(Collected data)
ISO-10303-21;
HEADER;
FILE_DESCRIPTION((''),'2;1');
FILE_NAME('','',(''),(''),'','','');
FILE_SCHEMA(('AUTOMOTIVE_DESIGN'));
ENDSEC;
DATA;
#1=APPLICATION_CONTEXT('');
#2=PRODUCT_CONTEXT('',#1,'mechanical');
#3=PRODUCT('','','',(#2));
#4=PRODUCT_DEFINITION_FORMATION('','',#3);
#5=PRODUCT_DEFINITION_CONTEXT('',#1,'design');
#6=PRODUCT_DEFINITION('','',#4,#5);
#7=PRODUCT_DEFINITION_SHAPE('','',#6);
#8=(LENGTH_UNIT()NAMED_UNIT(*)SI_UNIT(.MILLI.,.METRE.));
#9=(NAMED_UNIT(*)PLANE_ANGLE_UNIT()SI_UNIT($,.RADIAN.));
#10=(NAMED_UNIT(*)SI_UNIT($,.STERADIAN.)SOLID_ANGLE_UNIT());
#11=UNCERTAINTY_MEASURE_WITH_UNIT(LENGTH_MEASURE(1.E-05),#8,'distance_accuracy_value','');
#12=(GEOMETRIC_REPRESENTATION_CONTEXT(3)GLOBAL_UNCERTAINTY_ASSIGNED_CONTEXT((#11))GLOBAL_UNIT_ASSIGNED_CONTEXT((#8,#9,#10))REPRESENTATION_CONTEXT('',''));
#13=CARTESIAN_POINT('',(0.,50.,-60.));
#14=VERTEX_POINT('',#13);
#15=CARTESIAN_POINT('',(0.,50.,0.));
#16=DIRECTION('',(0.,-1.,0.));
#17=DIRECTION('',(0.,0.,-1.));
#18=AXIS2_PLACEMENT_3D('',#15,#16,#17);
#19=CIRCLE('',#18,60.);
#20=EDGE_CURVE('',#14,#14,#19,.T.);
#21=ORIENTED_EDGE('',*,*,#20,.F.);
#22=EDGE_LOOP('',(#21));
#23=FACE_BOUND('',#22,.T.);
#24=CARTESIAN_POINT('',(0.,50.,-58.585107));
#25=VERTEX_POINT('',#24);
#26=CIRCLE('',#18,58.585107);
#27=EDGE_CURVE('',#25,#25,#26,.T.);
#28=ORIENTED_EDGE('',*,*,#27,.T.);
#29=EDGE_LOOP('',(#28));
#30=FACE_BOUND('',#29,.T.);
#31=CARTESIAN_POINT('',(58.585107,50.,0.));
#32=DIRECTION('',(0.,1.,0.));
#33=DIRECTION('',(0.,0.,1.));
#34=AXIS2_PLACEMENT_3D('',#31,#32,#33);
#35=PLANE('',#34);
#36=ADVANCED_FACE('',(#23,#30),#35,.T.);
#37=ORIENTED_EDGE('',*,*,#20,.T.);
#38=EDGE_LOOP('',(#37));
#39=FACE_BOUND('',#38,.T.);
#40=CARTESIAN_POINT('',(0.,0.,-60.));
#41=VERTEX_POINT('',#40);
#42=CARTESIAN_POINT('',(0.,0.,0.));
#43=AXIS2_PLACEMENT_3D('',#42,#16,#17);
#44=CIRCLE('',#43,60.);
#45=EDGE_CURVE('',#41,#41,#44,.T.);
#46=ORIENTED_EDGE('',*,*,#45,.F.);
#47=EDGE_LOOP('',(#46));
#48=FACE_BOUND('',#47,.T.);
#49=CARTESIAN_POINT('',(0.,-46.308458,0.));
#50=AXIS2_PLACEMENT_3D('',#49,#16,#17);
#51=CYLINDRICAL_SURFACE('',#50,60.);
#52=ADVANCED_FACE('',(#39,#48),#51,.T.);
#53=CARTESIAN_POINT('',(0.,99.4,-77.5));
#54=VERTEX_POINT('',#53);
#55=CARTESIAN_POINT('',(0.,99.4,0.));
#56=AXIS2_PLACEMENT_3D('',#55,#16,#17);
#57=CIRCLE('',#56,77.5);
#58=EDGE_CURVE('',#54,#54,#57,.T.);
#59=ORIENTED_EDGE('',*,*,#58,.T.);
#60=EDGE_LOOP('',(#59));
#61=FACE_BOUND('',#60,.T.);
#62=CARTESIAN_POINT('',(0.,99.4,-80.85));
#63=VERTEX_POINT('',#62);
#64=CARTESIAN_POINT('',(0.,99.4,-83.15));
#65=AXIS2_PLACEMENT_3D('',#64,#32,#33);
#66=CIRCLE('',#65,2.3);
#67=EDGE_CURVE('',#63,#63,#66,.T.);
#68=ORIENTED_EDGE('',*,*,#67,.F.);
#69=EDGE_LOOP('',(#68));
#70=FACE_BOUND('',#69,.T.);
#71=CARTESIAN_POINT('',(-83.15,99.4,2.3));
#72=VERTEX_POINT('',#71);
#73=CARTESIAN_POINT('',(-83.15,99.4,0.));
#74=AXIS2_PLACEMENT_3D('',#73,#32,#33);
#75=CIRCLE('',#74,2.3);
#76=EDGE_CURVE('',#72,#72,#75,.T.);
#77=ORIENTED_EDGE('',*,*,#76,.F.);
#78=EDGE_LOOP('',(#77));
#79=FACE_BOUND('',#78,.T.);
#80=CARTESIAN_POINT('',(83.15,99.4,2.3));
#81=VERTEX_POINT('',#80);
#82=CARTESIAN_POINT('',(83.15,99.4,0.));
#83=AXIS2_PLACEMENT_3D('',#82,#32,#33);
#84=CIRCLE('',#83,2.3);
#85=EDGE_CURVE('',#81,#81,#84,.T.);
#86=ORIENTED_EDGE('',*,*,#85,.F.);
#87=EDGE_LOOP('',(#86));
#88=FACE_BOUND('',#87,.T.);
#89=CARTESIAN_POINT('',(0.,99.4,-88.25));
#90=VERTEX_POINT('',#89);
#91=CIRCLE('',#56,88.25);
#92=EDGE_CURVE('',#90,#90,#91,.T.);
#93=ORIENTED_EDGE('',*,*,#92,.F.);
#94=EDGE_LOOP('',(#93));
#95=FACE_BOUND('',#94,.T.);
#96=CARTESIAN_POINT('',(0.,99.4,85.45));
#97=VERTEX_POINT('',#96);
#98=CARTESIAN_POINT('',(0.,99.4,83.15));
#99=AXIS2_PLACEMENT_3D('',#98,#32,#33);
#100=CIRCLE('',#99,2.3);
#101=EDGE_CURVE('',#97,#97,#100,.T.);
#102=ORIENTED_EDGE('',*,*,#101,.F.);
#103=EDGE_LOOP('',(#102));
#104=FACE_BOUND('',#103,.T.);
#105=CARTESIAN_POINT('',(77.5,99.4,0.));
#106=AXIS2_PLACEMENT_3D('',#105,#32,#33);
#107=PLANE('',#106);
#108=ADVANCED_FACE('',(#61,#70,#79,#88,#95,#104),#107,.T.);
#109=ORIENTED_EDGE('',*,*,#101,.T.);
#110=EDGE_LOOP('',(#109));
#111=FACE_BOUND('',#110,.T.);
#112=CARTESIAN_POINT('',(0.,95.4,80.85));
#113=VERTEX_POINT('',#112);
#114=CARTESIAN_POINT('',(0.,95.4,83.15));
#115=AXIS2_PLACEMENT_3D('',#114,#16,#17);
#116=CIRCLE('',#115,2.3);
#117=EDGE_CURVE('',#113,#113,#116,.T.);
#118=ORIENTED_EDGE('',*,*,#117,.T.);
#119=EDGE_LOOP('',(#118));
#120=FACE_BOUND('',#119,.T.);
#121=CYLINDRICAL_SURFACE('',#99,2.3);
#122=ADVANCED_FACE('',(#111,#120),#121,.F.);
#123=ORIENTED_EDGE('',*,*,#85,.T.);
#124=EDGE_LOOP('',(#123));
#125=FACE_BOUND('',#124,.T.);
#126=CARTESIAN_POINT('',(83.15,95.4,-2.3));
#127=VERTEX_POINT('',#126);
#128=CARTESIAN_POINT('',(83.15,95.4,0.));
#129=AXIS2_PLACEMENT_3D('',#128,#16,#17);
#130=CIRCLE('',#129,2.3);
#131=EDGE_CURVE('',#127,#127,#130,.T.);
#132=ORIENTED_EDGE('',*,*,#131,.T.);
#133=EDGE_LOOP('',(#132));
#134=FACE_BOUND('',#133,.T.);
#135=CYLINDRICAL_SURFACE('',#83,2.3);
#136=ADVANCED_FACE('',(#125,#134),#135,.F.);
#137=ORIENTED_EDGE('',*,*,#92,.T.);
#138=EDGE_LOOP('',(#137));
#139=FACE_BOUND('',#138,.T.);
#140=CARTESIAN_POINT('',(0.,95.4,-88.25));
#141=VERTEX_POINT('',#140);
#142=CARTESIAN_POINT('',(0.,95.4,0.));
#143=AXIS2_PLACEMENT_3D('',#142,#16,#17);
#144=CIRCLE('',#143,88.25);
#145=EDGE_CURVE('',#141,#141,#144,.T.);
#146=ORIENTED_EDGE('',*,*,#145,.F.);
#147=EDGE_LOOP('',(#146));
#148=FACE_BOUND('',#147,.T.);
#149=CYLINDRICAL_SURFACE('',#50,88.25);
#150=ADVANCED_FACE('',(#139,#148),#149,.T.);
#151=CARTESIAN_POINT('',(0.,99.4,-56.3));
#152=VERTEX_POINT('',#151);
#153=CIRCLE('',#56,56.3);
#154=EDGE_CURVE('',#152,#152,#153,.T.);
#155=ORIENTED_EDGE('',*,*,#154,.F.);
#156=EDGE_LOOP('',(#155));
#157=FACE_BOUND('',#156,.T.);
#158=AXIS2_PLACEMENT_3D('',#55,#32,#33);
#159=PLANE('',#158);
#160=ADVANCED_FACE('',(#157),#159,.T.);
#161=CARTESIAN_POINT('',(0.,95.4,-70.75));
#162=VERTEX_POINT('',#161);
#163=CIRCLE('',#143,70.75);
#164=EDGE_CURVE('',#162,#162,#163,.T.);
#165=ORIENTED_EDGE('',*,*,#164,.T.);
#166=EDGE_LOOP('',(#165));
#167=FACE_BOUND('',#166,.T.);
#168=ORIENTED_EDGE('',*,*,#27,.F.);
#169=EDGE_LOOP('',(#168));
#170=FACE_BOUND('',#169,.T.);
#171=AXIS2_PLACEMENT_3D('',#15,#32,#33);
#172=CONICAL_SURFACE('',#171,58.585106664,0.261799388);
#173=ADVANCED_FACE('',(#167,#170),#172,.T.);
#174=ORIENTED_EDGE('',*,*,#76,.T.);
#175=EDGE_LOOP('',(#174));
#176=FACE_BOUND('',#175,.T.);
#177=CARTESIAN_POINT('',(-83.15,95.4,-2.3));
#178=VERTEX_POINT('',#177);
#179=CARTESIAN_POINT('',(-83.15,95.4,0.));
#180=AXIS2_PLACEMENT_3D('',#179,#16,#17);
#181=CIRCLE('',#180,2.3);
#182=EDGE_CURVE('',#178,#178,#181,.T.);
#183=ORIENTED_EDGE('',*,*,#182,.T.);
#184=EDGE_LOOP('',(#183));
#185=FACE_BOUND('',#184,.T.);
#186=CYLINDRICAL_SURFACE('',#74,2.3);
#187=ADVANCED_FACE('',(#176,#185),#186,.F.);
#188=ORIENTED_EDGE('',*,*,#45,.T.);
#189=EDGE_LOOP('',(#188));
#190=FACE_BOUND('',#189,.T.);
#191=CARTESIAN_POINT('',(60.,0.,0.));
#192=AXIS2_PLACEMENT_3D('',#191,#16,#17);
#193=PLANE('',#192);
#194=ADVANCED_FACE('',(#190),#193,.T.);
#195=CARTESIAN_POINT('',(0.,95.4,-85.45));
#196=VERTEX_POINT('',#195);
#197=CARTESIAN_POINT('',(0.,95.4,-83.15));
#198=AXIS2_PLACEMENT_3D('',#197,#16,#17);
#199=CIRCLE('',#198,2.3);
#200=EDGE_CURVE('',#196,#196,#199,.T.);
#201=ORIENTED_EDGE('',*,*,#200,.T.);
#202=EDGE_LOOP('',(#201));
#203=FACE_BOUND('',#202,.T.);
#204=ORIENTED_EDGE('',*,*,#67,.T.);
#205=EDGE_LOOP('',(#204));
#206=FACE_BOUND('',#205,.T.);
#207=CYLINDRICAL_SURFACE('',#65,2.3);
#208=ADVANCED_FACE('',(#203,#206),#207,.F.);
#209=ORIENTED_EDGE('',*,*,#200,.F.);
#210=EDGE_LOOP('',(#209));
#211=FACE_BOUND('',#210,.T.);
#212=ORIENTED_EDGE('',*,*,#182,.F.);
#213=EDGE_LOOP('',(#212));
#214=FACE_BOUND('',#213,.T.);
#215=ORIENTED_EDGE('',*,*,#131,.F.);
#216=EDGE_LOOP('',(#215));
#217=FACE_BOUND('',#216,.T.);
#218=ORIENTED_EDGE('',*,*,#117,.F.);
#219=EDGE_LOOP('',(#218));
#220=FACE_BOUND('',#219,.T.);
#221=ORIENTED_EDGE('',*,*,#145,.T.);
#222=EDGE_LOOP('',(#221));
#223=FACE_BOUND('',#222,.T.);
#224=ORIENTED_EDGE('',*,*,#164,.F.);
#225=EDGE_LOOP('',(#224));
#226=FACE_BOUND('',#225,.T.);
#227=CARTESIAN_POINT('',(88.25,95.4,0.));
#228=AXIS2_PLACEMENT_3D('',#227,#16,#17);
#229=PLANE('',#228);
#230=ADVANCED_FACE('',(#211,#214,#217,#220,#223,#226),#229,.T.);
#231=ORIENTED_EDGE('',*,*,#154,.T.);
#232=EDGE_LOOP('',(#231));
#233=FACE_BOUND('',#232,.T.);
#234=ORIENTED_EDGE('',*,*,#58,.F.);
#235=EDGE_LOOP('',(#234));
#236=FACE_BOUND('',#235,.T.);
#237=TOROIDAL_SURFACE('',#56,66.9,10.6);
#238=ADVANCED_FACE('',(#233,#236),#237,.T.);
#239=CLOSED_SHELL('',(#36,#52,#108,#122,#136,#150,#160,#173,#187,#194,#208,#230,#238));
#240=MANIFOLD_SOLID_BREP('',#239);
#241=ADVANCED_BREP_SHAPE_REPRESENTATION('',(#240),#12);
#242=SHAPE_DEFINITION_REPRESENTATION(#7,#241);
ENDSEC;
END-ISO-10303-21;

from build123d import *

# Parameters (mm, degrees)
F_4_6_4_6_DIAMETER_HOLE1_D = 4.6


with BuildPart() as part:
    # Sketch1 → Revolve1 (revolve)
    with BuildSketch(Plane.XY, mode=Mode.PRIVATE) as revolve1_sk:
        with BuildLine():
            Line((0, 99.4), (56.3, 99.4))
            ThreePointArc((56.3, 99.4), (66.9, 110), (77.5, 99.4))
            Line((77.5, 99.4), (88.25, 99.4))
            Line((88.25, 99.4), (88.25, 95.4))
            Line((88.25, 95.4), (70.75, 95.4))
            Line((70.75, 95.4), (58.585106664, 50))
            Line((58.585106664, 50), (60, 50))
            Line((60, 50), (60, 0))
            Line((60, 0), (0, 0))
            Line((0, 0), (0, 99.4))
        make_face()
    revolve(revolve1_sk.sketch.rotate(Axis((0, -46.308457921, 0), (0, 1, 0)), 90), axis=Axis((0, -46.308457921, 0), (0, 1, 0)))

    # Ø4.6 (4.6) Diameter Hole1 (through all)
    with Locations(Plane(origin=(0, 99.4, 0), x_dir=(1, 0, 0), z_dir=(0, 1, 0))):
        with Locations((0, -83.15), (-83.15, 0), (0, 83.15), (83.15, 0)):
            Hole(F_4_6_4_6_DIAMETER_HOLE1_D / 2)


solid = part.part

Problem details →
Your answer should be the lines above from the one containing "#186=CYLINDRICAL_SURFACE('',#74,2.3);" through the one containing "#199=CIRCLE('',#198,2.3);", copied exactly and with both ends kept.

Written solution →
#186=CYLINDRICAL_SURFACE('',#74,2.3);
#187=ADVANCED_FACE('',(#176,#185),#186,.F.);
#188=ORIENTED_EDGE('',*,*,#45,.T.);
#189=EDGE_LOOP('',(#188));
#190=FACE_BOUND('',#189,.T.);
#191=CARTESIAN_POINT('',(60.,0.,0.));
#192=AXIS2_PLACEMENT_3D('',#191,#16,#17);
#193=PLANE('',#192);
#194=ADVANCED_FACE('',(#190),#193,.T.);
#195=CARTESIAN_POINT('',(0.,95.4,-85.45));
#196=VERTEX_POINT('',#195);
#197=CARTESIAN_POINT('',(0.,95.4,-83.15));
#198=AXIS2_PLACEMENT_3D('',#197,#16,#17);
#199=CIRCLE('',#198,2.3);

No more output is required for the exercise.